The memory of that terrible day had been buried under hours and hours of television. I had really not thought of it again until that moment. What a horrible demented freak I was. Then my mood suddenly brightened as it occurred to me that I was no longer in the uptight suburbs. I was in the wild, pants-optional metropolis. My hand went for the duvet edge once again. And again, I was restrained by another gouging left hook from reality. I realized that if I pulled away the covers, it wouldn't be Iggy's dick that I would show her -- that rude truncheon -- but my own modest and polite little fellow. Yes, polite -- the word seemed to fit perfectly my uncircumcised medium sized gentleman of a penis. And there was something else too. I recalled that there was a tangle of blue lint on the tip of my little gentleman that afternoon. It was hard to know how she might interpret that. Or how others might interpret her interpretation. That was all I needed, for her to tell people that there was a "thing" on my dick and for that information to be passed along, until it became a Toronto-wide rumor that the counter boy at a certain trendy diner had enormous bleeding sores sprouting all over his groin area. And how would I ever get out of a thing like that? By shouting, "It was just some blue fuzz!" at every customer in the diner who looked at me sideways? There was no way I was going to show her my dick. But I had to do something because she was still singing and we were only about half way through the song.

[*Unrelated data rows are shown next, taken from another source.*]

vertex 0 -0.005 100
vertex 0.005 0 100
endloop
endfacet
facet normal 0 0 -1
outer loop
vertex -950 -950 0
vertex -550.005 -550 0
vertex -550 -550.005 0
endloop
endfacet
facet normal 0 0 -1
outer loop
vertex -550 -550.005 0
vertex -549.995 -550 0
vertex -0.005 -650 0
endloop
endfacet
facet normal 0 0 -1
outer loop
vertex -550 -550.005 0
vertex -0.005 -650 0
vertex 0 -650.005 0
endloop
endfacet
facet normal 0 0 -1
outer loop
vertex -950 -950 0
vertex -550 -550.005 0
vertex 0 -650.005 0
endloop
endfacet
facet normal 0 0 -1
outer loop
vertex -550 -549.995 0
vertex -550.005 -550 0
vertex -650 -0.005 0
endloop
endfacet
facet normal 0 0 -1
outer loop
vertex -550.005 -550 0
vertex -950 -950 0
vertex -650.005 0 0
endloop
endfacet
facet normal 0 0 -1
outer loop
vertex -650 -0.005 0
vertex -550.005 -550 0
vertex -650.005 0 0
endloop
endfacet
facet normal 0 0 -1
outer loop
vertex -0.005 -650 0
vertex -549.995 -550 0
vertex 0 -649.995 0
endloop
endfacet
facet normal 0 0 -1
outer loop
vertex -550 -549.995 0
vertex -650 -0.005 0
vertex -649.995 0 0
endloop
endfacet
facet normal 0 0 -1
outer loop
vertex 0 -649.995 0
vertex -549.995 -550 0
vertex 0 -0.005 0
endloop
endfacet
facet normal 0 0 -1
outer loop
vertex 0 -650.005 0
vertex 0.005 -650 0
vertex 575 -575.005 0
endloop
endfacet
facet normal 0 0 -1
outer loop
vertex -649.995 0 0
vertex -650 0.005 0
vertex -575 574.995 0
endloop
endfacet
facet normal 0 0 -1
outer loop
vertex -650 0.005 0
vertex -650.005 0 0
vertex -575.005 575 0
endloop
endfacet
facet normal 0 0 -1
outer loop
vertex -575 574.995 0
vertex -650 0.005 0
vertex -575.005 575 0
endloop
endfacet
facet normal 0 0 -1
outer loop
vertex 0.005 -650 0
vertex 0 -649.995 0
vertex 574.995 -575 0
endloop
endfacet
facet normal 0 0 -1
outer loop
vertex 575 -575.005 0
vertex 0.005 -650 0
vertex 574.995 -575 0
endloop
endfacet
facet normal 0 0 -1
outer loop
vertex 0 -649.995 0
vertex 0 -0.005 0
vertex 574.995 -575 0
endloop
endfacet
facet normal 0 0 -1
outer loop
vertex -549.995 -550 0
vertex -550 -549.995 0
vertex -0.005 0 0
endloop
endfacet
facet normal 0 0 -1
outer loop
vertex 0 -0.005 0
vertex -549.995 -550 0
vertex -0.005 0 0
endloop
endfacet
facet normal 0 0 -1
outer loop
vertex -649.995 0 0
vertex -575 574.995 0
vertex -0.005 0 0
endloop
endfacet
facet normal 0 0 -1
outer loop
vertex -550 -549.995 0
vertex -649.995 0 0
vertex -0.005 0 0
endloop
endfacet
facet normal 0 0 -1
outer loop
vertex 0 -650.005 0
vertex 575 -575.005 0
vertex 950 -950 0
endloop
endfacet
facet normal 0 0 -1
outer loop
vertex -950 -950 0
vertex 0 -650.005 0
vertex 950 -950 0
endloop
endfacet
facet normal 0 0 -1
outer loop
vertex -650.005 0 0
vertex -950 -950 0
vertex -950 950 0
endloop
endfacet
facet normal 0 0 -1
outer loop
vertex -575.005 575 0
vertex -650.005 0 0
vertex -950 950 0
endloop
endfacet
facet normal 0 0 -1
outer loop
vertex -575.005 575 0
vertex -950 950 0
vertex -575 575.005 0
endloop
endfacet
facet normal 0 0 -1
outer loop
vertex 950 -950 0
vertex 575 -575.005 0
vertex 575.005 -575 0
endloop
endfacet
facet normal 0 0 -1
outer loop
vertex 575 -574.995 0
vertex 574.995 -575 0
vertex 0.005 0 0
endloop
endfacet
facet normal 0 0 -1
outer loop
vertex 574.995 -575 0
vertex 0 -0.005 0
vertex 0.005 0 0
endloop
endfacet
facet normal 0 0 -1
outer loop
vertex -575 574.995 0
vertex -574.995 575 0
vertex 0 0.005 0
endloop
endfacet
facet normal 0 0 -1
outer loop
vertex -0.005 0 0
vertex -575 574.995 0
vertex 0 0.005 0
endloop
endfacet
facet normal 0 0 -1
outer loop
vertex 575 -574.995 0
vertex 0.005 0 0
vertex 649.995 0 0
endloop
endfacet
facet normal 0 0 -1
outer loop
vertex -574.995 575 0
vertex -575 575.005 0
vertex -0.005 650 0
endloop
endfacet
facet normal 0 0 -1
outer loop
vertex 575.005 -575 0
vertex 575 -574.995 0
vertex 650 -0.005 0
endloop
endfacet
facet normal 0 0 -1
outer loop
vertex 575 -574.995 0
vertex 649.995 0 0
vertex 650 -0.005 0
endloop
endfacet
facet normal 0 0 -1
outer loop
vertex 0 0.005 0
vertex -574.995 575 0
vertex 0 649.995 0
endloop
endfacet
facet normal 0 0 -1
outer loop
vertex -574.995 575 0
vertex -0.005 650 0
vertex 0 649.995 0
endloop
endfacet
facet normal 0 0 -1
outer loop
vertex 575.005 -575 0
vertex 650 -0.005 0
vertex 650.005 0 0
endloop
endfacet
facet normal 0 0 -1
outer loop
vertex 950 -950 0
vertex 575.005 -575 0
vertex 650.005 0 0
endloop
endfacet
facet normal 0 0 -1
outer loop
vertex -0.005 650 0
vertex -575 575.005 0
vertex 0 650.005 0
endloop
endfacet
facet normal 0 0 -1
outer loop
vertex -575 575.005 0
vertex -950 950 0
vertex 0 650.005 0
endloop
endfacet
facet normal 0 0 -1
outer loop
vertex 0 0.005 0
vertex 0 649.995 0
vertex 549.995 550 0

I felt myself melting away. I had no move: no disdainfully raised eyebrow, no curl of the lip, no snide comment, no bitch slap with which to respond. Things became desperate and I hit the lowest point of my existence. I began to sing along in a vague, embarrassed murmur. "Oooh, aaah, ambition," I sang softly and then fell back into dejected silence.
When the song finally ended, Fiona leaned back on one arm and said, "Every year I sing that song just a little bit louder." There was a pause, a little gap in which someone cool would have inserted some blistering remark. After she left I lay there listening to the rest of the album, waiting for my little gentleman to stand up again.